## ACTIVITY
Go to the line in the entries below that holds "e26 v25 v26 LINE" and repeat exactly from there through the line that holds "e30 v29 v30 LINE", inclusive.

## Saved data entries

*-*-*

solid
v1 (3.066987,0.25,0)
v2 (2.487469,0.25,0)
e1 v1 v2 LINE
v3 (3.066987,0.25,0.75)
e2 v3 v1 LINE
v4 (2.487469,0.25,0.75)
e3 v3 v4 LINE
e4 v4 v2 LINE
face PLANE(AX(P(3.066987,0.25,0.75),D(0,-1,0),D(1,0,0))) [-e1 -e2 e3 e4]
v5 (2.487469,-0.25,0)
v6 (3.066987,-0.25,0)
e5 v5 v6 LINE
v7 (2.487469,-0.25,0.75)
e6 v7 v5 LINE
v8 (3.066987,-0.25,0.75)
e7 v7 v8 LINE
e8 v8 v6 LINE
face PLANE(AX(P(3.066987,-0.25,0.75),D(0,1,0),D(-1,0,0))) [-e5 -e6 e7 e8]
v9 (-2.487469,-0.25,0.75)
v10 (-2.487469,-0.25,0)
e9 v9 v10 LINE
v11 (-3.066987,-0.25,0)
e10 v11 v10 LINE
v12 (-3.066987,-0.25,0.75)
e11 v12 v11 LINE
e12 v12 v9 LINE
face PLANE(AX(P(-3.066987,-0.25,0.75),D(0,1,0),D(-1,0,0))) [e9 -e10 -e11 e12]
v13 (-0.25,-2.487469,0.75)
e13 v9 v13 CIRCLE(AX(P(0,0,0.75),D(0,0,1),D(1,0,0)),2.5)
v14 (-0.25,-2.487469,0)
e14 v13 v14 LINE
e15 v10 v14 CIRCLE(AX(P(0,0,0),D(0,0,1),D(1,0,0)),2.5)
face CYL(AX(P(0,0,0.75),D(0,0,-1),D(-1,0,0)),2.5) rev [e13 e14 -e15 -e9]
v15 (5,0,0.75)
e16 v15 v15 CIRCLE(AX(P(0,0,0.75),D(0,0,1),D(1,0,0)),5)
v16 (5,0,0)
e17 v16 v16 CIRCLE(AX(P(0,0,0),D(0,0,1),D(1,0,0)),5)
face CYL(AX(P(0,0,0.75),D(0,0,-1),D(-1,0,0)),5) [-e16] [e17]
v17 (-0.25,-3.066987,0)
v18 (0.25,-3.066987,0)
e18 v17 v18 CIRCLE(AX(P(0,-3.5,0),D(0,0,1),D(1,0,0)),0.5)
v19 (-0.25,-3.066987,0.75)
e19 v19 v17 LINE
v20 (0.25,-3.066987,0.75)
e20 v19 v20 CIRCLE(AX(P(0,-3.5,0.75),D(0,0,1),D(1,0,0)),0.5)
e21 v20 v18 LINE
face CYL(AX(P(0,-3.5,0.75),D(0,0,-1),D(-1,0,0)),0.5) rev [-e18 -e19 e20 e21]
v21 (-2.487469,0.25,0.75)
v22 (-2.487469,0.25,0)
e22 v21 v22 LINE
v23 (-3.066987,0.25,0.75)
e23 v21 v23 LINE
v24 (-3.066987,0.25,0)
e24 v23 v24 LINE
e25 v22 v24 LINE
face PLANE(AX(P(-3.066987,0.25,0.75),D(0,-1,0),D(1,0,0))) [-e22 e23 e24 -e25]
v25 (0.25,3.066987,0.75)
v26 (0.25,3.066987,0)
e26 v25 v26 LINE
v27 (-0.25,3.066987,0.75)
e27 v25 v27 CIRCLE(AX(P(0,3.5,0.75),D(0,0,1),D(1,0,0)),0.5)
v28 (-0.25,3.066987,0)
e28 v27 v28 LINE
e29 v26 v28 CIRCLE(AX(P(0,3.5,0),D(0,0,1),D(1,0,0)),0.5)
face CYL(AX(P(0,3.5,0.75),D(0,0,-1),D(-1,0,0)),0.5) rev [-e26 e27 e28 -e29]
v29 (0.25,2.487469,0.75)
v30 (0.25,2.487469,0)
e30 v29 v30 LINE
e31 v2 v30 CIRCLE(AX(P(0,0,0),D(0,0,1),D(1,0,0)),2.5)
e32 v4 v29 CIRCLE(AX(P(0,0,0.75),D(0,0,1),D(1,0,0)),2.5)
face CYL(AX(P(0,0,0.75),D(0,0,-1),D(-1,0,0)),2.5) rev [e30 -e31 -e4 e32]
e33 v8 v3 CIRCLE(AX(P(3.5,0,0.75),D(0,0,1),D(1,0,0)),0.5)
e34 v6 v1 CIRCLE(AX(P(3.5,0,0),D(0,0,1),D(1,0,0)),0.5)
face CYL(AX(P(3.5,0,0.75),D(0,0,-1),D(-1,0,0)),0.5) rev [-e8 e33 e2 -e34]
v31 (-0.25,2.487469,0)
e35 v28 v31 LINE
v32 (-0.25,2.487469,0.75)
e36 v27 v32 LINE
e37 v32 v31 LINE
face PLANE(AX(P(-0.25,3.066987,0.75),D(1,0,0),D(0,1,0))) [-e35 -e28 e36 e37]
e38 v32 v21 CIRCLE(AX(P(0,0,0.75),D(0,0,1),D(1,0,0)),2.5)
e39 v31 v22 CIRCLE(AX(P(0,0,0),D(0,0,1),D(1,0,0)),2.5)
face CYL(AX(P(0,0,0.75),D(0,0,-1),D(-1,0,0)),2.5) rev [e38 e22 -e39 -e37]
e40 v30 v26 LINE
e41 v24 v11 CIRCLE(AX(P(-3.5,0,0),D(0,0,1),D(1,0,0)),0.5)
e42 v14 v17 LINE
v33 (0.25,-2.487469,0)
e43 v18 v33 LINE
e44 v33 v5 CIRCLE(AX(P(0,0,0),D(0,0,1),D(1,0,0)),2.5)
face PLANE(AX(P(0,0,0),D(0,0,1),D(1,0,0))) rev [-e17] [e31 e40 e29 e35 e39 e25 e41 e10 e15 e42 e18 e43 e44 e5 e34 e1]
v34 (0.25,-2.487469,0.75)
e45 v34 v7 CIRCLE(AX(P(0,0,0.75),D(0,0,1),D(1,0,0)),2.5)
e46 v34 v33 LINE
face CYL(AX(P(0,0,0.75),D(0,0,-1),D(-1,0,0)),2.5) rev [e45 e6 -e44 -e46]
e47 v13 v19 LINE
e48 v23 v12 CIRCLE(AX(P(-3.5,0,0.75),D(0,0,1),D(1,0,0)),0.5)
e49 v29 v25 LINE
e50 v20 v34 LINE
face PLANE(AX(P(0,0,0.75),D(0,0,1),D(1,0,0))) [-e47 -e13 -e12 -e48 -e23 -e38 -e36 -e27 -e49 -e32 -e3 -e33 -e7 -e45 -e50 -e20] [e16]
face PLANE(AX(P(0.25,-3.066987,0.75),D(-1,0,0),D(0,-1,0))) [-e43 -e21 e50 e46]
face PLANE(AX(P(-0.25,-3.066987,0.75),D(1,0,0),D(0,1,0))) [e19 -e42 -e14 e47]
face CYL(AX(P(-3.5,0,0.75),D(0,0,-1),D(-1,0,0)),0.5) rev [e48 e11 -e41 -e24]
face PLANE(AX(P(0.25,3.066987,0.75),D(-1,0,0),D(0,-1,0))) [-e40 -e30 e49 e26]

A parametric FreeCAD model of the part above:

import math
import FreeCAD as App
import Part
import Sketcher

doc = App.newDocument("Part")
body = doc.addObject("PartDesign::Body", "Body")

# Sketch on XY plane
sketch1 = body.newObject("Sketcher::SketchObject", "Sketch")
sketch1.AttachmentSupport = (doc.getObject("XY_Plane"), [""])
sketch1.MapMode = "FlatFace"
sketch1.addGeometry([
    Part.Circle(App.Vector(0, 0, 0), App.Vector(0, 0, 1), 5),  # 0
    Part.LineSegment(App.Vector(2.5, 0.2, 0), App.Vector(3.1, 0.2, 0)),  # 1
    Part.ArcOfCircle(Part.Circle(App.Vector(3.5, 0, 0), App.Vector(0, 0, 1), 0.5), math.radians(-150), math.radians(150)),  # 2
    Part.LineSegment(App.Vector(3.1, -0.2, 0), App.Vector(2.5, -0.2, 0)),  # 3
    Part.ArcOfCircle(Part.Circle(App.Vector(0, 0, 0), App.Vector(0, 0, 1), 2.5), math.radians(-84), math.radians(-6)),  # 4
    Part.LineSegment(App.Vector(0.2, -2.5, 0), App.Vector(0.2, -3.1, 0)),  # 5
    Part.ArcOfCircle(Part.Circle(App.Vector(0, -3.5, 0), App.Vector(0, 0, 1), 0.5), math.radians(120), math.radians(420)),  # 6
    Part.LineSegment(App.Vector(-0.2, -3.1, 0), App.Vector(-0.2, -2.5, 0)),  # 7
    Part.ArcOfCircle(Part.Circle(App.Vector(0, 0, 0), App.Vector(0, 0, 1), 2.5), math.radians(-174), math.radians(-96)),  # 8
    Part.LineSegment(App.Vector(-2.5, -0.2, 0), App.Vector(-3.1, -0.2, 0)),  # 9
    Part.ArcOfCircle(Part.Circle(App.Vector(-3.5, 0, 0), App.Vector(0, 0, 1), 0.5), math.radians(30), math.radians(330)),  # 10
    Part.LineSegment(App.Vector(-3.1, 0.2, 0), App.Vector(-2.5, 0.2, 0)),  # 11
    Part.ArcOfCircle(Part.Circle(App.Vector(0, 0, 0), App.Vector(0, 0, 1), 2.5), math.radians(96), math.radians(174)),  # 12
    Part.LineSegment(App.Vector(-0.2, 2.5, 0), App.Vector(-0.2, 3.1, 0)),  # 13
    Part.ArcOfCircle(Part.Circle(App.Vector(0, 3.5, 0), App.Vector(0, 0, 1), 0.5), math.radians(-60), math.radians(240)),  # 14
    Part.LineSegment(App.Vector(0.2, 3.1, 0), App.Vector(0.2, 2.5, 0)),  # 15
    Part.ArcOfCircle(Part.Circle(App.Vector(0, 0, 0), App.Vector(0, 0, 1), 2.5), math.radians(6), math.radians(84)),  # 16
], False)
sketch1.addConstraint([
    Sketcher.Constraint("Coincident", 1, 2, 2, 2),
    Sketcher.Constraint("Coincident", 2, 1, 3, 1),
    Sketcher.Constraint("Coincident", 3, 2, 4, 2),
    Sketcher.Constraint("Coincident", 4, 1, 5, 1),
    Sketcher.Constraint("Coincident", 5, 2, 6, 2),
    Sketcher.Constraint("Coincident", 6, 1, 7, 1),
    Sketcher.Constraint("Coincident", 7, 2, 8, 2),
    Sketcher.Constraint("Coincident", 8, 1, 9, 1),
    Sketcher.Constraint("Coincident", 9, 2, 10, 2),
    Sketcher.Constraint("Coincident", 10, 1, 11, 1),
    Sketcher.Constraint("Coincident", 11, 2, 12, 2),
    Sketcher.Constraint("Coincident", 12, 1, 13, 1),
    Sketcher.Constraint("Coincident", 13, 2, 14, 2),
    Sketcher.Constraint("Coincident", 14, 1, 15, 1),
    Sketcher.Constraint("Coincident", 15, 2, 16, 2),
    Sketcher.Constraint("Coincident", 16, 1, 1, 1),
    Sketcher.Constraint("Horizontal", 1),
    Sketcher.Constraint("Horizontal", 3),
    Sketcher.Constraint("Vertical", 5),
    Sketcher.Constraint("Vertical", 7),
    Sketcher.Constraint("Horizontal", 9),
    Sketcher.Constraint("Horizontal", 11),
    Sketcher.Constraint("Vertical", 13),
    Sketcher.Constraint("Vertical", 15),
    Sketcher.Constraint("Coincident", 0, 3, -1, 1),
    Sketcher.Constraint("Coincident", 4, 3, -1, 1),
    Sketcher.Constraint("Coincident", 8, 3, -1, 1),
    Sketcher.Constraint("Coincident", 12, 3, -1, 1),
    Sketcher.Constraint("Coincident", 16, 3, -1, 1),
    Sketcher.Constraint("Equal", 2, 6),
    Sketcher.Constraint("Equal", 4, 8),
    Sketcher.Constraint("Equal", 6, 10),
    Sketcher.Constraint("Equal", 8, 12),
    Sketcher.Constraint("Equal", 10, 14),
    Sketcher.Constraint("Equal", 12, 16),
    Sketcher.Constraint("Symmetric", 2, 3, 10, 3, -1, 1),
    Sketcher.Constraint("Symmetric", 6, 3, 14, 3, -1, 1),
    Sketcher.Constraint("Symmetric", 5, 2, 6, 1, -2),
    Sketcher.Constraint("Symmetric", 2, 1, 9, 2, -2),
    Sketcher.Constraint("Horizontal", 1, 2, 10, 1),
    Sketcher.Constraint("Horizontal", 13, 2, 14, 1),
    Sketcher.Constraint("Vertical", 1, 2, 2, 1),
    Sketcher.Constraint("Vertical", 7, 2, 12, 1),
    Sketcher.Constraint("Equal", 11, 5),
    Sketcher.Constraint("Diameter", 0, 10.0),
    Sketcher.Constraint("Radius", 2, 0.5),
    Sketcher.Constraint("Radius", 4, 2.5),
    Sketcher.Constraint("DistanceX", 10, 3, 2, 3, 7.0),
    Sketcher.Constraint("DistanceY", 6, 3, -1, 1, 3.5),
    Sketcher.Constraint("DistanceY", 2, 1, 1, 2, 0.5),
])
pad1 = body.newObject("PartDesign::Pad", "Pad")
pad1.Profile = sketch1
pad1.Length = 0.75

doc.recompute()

*-*-*

## ANSWER SECTION
e26 v25 v26 LINE
v27 (-0.25,3.066987,0.75)
e27 v25 v27 CIRCLE(AX(P(0,3.5,0.75),D(0,0,1),D(1,0,0)),0.5)
v28 (-0.25,3.066987,0)
e28 v27 v28 LINE
e29 v26 v28 CIRCLE(AX(P(0,3.5,0),D(0,0,1),D(1,0,0)),0.5)
face CYL(AX(P(0,3.5,0.75),D(0,0,-1),D(-1,0,0)),0.5) rev [-e26 e27 e28 -e29]
v29 (0.25,2.487469,0.75)
v30 (0.25,2.487469,0)
e30 v29 v30 LINE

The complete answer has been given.